Perde-se a conta de quantas vezes a palavra “gênio” aparece na biografia de Leonardo da Vinci publicada por Walter Isaacson em 2017. O historiador e autor best-seller afirma que Leonardo foi “o mais criativo gênio da história”. Ao longo das seiscentas páginas do livro, pairam alguns fascinantes enigmas sobre a autoria de determinadas obras e muitas sombras misteriosas sobre a arte, a vida íntima e a sociedade do artista. A pergunta que não vemos o suficiente, porém, nesse livro de resto tão minucioso, é: o que diabos estavam as mulheres fazendo naquela bela e fértil Renascença além de posar para retratos e morrer de complicações do parto aos quinze anos de idade? Por que não conhecemos o nome das pintoras e poetas renascentistas?

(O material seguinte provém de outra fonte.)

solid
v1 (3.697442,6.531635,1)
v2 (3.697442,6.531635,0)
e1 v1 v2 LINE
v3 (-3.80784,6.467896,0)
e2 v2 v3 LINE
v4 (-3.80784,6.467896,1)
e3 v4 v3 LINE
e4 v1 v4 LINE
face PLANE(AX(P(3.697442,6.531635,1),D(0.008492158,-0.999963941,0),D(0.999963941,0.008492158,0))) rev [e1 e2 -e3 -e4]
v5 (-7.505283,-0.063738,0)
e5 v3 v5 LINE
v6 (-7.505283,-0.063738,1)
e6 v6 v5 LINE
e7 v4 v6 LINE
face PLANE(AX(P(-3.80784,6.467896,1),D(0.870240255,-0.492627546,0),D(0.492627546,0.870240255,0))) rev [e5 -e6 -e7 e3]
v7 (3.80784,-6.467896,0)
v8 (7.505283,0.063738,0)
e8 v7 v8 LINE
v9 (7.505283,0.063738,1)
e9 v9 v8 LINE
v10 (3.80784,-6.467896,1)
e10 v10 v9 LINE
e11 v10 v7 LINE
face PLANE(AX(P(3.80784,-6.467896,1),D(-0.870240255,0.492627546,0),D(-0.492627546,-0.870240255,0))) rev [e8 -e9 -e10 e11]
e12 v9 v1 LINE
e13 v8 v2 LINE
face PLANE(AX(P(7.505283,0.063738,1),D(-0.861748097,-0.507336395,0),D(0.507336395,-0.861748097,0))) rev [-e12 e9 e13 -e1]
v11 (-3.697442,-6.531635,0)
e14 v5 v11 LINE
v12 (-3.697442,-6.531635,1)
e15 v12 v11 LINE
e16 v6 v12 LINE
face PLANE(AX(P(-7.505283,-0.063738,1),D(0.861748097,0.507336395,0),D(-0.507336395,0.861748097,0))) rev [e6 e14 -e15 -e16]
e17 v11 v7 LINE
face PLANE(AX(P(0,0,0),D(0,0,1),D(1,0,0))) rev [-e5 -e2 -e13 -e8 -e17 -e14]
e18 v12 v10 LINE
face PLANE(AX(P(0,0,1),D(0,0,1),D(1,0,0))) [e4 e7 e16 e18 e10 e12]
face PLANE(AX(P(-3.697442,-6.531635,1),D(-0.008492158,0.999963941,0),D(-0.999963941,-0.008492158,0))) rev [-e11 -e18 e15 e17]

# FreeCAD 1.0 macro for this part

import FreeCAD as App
import Part
import Sketcher

doc = App.newDocument("Part")
body = doc.addObject("PartDesign::Body", "Body")

sketch1 = body.newObject("Sketcher::SketchObject", "Sketch")
sketch1.AttachmentSupport = (doc.getObject("XY_Plane"), [""])
sketch1.MapMode = "FlatFace"
sketch1.addGeometry([
    Part.LineSegment(App.Vector(-3.697442, -6.531635, 0), App.Vector(3.80784, -6.467896, 0)),
    Part.LineSegment(App.Vector(3.80784, -6.467896, 0), App.Vector(7.505283, 0.063738, 0)),
    Part.LineSegment(App.Vector(7.505283, 0.063738, 0), App.Vector(3.697442, 6.531635, 0)),
    Part.LineSegment(App.Vector(3.697442, 6.531635, 0), App.Vector(-3.80784, 6.467896, 0)),
    Part.LineSegment(App.Vector(-3.80784, 6.467896, 0), App.Vector(-7.505283, -0.063738, 0)),
    Part.LineSegment(App.Vector(-7.505283, -0.063738, 0), App.Vector(-3.697442, -6.531635, 0)),
], False)
sketch1.addConstraint([
    Sketcher.Constraint("Coincident", 0, 2, 1, 1),
    Sketcher.Constraint("Coincident", 1, 2, 2, 1),
    Sketcher.Constraint("Coincident", 2, 2, 3, 1),
    Sketcher.Constraint("Coincident", 3, 2, 4, 1),
    Sketcher.Constraint("Coincident", 4, 2, 5, 1),
    Sketcher.Constraint("Coincident", 5, 2, 0, 1),
    Sketcher.Constraint("Symmetric", 0, 2, 3, 2, -1, 1),
    Sketcher.Constraint("Symmetric", 1, 2, 4, 2, -1, 1),
    Sketcher.Constraint("Symmetric", 2, 2, 5, 2, -1, 1),
    Sketcher.Constraint("Equal", 0, 1),
    Sketcher.Constraint("Equal", 1, 2),
    Sketcher.Constraint("DistanceX", 2, 2, 0, 2, 0.110398),
    Sketcher.Constraint("DistanceX", -1, 1, 0, 2, 3.80784),
    Sketcher.Constraint("DistanceY", -1, 1, 1, 2, 0.063738),
    Sketcher.Constraint("DistanceX", 2, 2, 1, 2, 3.80784),
])
pad1 = body.newObject("PartDesign::Pad", "Pad")
pad1.Profile = sketch1
pad1.Length = 1

doc.recompute()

De Leonardo, passemos a uma artista do século XVIII, a veneziana Rosalba Carriera, representante do licencioso e ultraornamentado estilo rococó. Ela foi uma retratista imensamente popular (e bem paga) à sua época. Um de seus trabalhos mais famosos é um sofisticado retrato em pastel chamado Jovem dama com papagaio, que mostra uma moça branca de faces rosadas ricamente vestida e com um decote que lhe chega quase ao umbigo. Um papagaio pousado em sua mão esquerda ajuda a puxar o decote mais para o lado. A moça olha, altiva e segura, diretamente para nós.
Se Carriera se ateve aos materiais considerados apropriados às mulheres artistas de sua época (ela também pintava miniaturas em marfim), sua técnica lhe permitiu prosperar numa fatia do mercado europeu que despertava pouco interesse nos homens pintores de então. Ela foi eleita, aos 22 anos, para a mais prestigiosa academia de arte de seu tempo, a Accademia di San Luca, em Roma. Mais tarde, foi também recebida nas academias de Paris e Bolonha. Segundo a historiadora da arte Angela Oberer, Carriera – que nunca se casou – parece ter sido a primeira mulher artista de renome internacional a se arriscar a realizar trabalhos de cunho erótico.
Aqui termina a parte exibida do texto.